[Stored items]
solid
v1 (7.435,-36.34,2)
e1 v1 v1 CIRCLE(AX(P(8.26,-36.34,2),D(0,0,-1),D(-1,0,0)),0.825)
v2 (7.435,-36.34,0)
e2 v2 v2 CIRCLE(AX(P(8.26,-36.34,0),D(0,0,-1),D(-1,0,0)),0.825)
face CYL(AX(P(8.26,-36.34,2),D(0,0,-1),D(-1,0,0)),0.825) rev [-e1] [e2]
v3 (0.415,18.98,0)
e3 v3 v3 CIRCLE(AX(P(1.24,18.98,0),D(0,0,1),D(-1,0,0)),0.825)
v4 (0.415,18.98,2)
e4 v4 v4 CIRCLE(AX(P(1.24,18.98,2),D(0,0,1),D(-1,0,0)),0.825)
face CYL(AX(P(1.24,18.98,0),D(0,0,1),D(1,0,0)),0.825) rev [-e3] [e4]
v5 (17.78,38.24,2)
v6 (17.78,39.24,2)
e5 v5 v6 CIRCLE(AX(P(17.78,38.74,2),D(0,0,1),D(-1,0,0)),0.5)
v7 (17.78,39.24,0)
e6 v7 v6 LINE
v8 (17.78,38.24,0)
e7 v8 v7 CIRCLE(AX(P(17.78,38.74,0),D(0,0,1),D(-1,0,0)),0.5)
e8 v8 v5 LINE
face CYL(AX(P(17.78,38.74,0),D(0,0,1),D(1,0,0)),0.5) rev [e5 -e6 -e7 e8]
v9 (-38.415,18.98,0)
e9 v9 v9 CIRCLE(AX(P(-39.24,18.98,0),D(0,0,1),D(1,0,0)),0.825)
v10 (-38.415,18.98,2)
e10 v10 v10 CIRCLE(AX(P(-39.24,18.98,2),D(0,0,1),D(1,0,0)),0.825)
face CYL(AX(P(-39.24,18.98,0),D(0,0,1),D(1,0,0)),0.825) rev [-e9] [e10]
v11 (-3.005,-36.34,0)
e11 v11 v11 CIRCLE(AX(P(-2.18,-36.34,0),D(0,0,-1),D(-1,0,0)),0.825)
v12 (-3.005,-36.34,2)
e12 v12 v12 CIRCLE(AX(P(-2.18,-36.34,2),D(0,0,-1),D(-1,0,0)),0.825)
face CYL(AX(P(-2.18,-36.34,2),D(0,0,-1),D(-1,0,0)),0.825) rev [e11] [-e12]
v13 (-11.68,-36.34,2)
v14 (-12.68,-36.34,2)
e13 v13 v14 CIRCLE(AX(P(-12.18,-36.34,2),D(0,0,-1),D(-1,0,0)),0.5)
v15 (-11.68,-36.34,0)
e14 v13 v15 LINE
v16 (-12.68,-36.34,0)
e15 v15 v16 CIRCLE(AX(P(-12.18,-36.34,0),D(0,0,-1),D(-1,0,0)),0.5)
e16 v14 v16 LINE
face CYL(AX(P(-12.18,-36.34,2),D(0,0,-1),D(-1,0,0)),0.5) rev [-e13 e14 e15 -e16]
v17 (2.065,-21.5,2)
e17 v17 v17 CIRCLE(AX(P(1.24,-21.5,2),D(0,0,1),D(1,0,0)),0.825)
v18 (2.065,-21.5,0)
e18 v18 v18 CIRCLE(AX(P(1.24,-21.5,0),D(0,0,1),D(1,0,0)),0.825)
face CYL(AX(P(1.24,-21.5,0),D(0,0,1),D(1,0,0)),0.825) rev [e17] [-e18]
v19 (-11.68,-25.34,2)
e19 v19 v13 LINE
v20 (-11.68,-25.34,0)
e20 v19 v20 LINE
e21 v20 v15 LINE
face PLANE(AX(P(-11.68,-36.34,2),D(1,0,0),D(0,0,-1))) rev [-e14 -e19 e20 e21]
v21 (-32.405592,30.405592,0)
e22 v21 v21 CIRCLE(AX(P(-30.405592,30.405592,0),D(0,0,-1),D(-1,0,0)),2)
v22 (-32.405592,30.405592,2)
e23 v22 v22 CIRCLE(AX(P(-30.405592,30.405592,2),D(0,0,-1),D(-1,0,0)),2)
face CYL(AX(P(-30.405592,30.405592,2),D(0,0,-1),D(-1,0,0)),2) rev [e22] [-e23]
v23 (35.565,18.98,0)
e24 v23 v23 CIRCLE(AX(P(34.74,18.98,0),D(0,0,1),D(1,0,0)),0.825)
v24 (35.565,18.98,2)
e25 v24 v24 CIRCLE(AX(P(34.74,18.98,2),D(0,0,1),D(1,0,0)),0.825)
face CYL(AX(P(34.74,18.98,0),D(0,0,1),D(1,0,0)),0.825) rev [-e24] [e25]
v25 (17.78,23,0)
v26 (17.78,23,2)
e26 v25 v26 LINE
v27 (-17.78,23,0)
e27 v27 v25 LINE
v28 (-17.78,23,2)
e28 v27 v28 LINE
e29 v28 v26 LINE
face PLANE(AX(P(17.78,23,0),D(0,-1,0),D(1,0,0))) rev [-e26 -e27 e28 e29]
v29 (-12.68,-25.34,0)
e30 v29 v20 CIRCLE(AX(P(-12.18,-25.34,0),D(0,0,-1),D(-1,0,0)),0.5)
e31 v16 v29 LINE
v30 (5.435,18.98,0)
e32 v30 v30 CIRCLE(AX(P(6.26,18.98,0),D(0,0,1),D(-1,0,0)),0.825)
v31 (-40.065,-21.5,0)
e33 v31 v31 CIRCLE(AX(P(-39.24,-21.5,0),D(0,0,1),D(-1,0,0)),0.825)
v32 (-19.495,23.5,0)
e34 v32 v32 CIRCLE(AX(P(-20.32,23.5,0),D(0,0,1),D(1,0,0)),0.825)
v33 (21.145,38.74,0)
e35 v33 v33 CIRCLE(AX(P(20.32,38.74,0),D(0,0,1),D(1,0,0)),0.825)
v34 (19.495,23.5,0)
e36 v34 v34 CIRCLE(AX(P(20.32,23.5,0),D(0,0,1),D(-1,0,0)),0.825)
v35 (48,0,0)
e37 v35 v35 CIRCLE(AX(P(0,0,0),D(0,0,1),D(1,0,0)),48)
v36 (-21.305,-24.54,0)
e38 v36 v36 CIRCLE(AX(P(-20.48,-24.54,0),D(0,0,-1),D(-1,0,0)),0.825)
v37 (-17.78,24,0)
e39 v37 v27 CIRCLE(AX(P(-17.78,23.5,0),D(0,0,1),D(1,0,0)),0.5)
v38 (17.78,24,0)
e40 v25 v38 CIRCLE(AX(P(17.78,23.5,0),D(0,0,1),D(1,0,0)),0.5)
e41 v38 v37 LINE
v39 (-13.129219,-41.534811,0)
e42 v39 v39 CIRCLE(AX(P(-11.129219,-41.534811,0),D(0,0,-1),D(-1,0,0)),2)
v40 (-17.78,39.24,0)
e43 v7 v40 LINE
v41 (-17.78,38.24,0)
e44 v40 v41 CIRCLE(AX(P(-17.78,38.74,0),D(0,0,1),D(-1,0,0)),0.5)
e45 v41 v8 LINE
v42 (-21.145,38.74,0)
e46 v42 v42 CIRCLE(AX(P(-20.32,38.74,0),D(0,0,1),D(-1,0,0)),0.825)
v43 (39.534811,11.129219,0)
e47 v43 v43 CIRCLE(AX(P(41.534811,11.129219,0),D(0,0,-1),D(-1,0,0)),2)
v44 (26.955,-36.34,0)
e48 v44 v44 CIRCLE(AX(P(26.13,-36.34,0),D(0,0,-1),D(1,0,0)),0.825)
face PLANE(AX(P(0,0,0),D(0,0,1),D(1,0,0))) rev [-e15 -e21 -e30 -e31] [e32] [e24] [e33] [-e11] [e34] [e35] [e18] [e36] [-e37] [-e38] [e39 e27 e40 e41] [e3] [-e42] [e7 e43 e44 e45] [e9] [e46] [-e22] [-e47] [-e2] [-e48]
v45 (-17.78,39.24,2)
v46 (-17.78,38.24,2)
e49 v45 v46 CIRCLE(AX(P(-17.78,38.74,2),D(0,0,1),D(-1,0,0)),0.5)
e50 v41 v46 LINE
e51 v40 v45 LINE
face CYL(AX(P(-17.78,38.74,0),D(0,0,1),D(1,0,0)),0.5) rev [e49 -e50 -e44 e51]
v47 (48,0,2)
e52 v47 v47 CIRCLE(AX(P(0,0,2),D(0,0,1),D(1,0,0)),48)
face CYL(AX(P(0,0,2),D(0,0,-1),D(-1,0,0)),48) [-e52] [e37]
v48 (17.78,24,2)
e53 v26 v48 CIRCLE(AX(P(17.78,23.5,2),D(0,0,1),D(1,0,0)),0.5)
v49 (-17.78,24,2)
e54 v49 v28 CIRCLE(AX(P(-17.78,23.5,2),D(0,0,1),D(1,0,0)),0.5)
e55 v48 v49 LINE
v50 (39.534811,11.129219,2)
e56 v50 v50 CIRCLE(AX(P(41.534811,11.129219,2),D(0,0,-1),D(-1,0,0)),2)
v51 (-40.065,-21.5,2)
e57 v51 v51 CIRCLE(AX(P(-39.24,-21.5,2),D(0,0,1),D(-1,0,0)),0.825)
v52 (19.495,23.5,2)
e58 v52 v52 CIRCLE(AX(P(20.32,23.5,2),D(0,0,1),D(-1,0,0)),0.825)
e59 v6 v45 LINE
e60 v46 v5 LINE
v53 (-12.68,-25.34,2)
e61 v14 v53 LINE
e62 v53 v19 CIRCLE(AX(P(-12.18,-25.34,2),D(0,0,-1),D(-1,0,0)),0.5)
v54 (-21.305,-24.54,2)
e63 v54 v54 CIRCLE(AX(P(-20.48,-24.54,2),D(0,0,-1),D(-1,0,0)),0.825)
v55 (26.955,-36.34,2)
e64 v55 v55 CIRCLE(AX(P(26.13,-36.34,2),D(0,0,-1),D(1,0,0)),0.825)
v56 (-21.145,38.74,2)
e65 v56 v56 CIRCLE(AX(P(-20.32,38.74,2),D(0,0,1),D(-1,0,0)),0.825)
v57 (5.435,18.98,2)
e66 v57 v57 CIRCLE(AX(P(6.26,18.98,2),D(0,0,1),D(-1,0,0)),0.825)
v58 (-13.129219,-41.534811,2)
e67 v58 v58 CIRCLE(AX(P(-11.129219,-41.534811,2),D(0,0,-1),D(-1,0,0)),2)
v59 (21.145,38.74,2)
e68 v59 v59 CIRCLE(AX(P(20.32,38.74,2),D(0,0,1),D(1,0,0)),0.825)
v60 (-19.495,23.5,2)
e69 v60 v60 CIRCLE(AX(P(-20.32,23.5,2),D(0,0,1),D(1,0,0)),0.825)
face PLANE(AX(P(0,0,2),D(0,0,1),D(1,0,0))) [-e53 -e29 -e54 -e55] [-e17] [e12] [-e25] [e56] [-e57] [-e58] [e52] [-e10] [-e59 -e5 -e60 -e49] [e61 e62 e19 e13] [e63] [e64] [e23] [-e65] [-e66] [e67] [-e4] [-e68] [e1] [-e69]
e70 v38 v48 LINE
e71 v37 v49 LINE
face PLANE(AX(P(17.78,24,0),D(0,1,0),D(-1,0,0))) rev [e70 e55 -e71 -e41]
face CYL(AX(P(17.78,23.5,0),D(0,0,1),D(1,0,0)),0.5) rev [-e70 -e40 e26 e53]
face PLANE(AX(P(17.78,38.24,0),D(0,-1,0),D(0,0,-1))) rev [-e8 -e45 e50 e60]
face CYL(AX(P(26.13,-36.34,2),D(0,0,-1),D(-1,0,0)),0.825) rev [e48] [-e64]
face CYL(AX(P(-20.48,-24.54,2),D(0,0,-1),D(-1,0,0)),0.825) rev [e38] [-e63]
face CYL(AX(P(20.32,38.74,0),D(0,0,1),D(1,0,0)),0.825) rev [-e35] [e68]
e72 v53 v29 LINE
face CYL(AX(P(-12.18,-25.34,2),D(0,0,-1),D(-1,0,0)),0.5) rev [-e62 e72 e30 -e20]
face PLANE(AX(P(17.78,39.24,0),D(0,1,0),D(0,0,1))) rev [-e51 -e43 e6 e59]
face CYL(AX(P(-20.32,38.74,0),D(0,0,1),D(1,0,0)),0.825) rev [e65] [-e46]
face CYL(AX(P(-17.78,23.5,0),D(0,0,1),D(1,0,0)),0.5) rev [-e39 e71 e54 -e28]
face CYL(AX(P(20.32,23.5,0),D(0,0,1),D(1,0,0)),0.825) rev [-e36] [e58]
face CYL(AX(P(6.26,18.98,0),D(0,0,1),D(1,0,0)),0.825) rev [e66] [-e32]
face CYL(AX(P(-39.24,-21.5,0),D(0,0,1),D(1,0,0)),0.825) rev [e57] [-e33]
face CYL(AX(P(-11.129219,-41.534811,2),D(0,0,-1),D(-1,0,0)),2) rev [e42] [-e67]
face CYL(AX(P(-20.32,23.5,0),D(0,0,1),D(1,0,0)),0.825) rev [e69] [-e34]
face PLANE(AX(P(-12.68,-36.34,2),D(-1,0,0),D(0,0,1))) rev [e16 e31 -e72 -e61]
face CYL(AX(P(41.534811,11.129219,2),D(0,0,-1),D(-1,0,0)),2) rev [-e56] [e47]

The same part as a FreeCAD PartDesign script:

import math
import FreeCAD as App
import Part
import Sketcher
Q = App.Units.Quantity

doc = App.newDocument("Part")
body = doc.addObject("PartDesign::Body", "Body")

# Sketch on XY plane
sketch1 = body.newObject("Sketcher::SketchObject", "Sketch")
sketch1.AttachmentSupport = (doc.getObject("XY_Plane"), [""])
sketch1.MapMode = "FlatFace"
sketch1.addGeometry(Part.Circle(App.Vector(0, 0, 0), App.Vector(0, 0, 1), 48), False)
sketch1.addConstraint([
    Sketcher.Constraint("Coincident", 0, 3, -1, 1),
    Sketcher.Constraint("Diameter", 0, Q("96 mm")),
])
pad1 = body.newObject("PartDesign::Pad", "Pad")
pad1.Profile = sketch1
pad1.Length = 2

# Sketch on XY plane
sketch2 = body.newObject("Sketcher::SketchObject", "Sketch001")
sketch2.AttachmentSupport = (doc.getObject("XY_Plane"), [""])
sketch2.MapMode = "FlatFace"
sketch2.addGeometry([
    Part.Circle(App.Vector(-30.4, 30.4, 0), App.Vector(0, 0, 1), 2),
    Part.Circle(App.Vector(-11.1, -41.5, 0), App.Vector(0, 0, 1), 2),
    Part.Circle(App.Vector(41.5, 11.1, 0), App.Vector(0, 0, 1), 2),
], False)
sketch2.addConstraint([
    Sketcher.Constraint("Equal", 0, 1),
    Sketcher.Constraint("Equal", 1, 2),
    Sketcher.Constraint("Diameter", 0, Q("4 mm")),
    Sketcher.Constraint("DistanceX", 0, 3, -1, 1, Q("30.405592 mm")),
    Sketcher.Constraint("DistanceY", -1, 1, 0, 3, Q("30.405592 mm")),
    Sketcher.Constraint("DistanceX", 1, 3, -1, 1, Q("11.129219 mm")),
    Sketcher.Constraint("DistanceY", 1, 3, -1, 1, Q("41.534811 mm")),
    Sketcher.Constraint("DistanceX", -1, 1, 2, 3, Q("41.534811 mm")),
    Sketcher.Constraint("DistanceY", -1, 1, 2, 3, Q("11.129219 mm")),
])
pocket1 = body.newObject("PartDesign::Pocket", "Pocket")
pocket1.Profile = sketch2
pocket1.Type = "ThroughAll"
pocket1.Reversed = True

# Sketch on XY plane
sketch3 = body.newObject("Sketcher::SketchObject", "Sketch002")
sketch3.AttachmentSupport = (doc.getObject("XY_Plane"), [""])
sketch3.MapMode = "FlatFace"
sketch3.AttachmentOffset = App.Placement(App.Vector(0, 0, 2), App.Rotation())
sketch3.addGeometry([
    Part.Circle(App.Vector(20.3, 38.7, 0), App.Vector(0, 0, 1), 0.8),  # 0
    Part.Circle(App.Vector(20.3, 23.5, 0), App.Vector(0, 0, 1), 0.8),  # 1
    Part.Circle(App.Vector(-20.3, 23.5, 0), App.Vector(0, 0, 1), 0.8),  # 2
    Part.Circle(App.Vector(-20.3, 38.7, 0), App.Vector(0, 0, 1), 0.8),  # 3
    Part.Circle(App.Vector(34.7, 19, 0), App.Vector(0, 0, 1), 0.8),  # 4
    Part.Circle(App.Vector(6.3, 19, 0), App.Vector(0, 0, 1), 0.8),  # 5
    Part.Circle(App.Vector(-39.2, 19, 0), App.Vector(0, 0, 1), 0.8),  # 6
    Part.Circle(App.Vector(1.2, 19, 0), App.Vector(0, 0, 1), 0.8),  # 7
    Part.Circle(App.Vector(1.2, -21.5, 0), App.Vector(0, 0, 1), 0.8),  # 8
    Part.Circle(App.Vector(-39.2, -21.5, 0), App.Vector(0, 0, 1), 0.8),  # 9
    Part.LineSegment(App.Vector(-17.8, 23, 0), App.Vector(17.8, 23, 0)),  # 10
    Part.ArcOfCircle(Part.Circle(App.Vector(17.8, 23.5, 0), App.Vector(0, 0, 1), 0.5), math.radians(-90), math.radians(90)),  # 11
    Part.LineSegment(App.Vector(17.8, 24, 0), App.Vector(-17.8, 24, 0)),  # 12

_WORK ITEM_.
With the first line being the one containing "face CYL(AX(P(-39.24,-21.5,0),D(0,0,1),D(1,0,0)),0.825) rev" and the last line the one containing "The same part", transcribe exactly the lines above that fall in that range.

_ANSWER SECTION_.
face CYL(AX(P(-39.24,-21.5,0),D(0,0,1),D(1,0,0)),0.825) rev [e57] [-e33]
face CYL(AX(P(-11.129219,-41.534811,2),D(0,0,-1),D(-1,0,0)),2) rev [e42] [-e67]
face CYL(AX(P(-20.32,23.5,0),D(0,0,1),D(1,0,0)),0.825) rev [e69] [-e34]
face PLANE(AX(P(-12.68,-36.34,2),D(-1,0,0),D(0,0,1))) rev [e16 e31 -e72 -e61]
face CYL(AX(P(41.534811,11.129219,2),D(0,0,-1),D(-1,0,0)),2) rev [-e56] [e47]

The same part as a FreeCAD PartDesign script:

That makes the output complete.